Brother Nathan and I, talked much on what and how and why and where and who and what if. Western, Eastern, Anglican theology, authors, spirituality. Put away the clothes for the cold weather – short sleeves are the uniform of the day. Got long sleeved shirt back out again as the planes were well air conditioned.
Nathan met our taxi driver in Dar es Salaam who has served us for six years, Edison. Edison and Nathan exchanged contact information for future ministry trips.

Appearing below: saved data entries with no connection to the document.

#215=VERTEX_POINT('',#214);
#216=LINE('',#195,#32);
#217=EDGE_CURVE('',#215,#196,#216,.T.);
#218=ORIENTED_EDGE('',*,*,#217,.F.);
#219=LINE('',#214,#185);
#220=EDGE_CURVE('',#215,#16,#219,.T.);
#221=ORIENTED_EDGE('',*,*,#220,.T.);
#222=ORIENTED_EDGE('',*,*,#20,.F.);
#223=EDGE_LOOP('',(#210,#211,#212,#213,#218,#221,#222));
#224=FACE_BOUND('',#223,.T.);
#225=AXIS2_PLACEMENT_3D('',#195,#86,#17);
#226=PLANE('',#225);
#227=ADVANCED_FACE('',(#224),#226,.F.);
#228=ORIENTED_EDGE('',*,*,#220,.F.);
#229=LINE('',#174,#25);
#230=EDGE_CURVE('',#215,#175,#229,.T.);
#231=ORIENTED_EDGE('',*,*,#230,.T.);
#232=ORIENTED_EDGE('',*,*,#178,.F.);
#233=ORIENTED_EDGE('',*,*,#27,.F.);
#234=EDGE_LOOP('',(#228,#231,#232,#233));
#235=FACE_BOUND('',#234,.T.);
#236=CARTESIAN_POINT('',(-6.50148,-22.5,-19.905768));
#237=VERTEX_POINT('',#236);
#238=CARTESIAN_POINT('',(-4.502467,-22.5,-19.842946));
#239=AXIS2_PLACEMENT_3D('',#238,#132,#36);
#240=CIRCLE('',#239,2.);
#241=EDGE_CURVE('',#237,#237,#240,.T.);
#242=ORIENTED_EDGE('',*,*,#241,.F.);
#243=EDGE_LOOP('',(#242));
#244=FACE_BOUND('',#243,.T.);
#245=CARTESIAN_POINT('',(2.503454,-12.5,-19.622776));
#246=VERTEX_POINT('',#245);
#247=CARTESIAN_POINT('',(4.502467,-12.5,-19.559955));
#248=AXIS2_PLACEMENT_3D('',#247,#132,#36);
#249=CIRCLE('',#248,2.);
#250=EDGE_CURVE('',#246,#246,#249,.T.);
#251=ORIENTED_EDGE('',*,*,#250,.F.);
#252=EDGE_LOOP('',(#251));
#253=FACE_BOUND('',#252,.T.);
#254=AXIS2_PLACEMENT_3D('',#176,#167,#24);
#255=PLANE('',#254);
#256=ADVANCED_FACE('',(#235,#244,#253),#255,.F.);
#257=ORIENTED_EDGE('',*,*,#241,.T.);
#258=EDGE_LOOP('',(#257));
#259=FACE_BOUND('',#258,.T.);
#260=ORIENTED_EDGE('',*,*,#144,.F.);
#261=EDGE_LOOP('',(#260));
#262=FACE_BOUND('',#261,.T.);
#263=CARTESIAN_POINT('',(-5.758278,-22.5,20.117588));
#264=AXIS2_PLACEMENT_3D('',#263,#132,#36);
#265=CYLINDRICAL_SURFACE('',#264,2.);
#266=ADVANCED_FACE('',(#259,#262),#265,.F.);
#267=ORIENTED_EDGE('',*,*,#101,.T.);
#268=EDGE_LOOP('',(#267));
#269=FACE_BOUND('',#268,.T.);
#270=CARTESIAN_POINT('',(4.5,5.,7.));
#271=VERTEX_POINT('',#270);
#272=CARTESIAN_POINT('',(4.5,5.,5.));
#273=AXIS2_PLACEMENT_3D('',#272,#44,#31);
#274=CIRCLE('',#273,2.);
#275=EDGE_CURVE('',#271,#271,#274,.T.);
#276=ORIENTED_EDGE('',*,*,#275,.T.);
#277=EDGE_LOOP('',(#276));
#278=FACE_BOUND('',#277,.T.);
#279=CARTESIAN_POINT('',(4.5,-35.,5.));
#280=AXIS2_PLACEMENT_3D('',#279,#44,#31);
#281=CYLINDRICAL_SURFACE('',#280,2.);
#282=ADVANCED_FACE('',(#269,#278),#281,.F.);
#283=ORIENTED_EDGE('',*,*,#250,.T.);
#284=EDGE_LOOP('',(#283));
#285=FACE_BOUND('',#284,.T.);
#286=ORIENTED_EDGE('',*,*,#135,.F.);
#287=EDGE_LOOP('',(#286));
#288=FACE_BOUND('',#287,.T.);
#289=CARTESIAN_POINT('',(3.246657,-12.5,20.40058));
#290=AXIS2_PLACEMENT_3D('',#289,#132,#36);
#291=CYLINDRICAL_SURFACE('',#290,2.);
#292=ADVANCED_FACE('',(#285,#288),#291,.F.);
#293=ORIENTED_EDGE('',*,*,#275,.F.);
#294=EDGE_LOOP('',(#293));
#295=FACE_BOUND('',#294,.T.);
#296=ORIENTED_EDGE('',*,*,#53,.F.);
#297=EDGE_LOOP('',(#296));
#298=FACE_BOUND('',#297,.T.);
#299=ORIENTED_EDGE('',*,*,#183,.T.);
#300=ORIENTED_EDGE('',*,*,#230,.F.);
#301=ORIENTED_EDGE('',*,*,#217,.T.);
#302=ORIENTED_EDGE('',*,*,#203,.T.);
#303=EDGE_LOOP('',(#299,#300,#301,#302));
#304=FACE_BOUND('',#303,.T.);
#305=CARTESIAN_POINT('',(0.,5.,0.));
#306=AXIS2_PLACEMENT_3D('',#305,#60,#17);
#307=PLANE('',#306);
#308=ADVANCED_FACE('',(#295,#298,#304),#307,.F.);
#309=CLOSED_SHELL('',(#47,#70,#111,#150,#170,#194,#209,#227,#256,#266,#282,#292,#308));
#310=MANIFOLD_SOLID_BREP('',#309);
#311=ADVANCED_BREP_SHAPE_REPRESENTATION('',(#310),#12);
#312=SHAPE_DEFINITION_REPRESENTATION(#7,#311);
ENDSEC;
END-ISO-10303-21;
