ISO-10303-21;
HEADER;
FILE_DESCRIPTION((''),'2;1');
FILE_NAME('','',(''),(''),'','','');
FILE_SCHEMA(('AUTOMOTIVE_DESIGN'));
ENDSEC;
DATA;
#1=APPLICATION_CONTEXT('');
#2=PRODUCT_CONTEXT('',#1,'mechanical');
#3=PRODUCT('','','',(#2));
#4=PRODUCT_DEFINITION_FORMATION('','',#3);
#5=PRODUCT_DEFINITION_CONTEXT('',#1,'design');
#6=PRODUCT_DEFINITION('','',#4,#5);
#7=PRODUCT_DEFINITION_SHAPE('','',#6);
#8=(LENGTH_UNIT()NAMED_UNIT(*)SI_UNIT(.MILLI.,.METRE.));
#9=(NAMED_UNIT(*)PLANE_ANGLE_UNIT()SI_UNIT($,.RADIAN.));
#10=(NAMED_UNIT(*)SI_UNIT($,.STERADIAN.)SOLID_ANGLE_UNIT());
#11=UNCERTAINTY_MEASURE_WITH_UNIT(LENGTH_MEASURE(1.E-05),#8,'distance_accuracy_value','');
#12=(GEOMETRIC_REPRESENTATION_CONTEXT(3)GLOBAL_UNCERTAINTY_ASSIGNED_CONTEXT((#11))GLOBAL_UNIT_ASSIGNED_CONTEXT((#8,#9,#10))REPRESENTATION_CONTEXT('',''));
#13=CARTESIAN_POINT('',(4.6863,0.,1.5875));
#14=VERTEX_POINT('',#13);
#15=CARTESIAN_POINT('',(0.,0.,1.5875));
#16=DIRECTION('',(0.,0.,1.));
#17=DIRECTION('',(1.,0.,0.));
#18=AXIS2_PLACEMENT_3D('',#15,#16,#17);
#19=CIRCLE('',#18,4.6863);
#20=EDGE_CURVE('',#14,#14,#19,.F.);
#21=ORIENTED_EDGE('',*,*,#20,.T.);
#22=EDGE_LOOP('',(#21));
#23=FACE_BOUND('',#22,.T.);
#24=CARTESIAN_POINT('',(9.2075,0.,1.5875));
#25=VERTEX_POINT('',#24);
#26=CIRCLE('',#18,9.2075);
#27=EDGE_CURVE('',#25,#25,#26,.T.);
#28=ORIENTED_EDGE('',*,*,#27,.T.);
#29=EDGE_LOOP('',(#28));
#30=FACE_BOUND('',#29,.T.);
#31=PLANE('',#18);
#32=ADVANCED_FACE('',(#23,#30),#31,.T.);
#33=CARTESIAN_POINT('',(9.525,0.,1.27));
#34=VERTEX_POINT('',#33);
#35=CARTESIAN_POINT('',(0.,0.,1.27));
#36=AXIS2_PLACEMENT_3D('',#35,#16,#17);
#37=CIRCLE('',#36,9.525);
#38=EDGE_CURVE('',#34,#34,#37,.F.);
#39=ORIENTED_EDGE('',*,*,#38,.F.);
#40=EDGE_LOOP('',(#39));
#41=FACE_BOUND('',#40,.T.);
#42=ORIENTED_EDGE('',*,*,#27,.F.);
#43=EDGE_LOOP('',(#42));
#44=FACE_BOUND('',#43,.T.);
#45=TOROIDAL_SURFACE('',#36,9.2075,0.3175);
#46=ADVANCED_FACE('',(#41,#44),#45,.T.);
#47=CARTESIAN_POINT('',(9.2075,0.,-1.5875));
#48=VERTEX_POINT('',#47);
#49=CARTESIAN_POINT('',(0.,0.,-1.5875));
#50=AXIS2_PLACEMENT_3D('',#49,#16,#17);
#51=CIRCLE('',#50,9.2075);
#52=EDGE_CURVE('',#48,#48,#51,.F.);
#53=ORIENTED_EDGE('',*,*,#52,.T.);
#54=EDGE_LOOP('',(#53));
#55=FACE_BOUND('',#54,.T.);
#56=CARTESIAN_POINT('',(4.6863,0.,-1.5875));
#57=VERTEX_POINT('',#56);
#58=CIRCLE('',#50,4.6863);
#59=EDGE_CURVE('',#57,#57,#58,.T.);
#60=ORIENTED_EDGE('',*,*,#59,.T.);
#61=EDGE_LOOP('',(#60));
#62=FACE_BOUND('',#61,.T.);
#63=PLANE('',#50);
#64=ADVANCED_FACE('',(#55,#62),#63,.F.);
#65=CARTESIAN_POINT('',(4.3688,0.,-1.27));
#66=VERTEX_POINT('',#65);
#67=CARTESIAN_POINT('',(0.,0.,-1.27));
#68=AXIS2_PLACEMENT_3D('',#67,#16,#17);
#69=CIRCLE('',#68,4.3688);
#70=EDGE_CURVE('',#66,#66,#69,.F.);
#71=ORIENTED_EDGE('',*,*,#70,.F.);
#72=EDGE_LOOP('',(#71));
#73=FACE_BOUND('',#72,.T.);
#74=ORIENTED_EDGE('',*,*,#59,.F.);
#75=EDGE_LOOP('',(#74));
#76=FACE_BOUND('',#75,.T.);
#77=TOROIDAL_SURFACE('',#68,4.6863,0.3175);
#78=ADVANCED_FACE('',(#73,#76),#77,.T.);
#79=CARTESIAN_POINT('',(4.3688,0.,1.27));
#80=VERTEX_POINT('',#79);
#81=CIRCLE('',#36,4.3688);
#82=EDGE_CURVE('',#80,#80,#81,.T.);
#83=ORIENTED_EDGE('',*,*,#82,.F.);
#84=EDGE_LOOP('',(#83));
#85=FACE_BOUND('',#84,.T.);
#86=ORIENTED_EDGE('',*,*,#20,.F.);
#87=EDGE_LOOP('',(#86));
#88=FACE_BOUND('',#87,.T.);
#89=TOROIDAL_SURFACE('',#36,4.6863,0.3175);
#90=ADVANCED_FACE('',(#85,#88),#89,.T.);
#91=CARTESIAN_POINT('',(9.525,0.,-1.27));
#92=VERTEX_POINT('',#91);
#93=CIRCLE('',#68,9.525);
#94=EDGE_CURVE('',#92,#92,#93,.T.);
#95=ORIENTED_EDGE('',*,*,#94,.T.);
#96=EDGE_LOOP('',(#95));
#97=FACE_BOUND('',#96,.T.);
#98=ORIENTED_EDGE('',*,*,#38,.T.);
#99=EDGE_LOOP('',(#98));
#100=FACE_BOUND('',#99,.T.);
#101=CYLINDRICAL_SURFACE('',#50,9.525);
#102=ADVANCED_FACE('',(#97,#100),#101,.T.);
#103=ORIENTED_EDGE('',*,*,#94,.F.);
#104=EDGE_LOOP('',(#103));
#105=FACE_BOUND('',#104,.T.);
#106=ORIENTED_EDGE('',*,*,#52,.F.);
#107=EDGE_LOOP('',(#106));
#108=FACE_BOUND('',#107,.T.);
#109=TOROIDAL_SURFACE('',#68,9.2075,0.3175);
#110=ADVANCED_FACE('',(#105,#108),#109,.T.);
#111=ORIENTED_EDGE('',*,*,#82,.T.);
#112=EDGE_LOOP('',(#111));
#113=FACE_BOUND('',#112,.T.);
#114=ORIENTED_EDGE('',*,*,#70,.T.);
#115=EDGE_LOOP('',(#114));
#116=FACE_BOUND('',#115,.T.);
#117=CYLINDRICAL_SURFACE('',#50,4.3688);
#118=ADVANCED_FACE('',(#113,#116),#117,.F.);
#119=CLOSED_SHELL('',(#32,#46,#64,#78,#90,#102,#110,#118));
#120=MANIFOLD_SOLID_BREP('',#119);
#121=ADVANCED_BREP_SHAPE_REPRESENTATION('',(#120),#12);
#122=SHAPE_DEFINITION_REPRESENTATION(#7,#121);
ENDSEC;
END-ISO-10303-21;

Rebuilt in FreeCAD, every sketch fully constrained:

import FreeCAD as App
import Part
import Sketcher

V = App.Vector
Q = App.Units.Quantity


def edges_at(feature, points):
    """Names of the edges that pass closest to the given points."""
    edges = feature.Shape.Edges
    near = lambda p: min(range(len(edges)), key=lambda i: edges[i].distToShape(Part.Vertex(*p))[0])
    return sorted({f"Edge{near(p) + 1}" for p in points})

doc = App.newDocument("Part")
body = doc.addObject("PartDesign::Body", "Body")

sketch1 = body.newObject("Sketcher::SketchObject", "Sketch")
sketch1.AttachmentSupport = (doc.getObject("XY_Plane"), [""])
sketch1.MapMode = "FlatFace"
sketch1.AttachmentOffset = App.Placement(V(0, 0, 0.0625 * 25.4), App.Rotation())
sketch1.addGeometry([
    Part.Circle(V(0, 0, 0), V(0, 0, 1), 9.5),
    Part.Circle(V(0, 0, 0), V(0, 0, 1), 4.4),
], False)
sketch1.addConstraint([
    Sketcher.Constraint("Coincident", 0, 3, -1, 1),
    Sketcher.Constraint("Coincident", 1, 3, -1, 1),
    Sketcher.Constraint("Diameter", 0, Q("0.75 in")),
    Sketcher.Constraint("Diameter", 1, Q("0.344 in")),
])
pad1 = body.newObject("PartDesign::Pad", "Pad")
pad1.Profile = sketch1
pad1.Length = Q("0.125 in")
pad1.Reversed = True
doc.recompute()

fillet = body.newObject("PartDesign::Fillet", "Fillet")
fillet.Base = (pad1, edges_at(pad1, [
    (-9.525, 0, 1.587),
    (-9.525, 0, -1.587),
    (-4.369, 0, -1.587),
    (-4.369, 0, 1.587),
]))
fillet.Radius = Q("0.0125 in")

doc.recompute()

Flight to Mwanza. was hot. Mwanza was cooler. It is rainy season – low temperatures in the seventies, maybe even high sixties. Nathan and I met with diocesan bishop, Rt Rev Boniface Kwangu. His plan, Nathan teach in Mwanza, at Nyakato Bible School, all new students, teaching lesson plans starting with Course 101. Fr Francis travel to Geita, several hours away, and teach former students, advanced lesson plans. Fr Francis will rejoin Nathan for closing meeting with the bishop and journey back to the USA.
Nathan made arrangements for interpreters, for housing, for financing, and for sustenance. He learns well. Bishop Kwangu recognized the future and acted accordingly.
We rested in Dubai. We rested in Dar es Salaam. It was good to arrive rested in Mwanza because we start teaching !
So, the work has started. Teaching simultaneously in two locations. Your prayers and financial support has birthed classes in two areas, concurrently. The OFM ministry grows. Thank you God. Thank you God's people.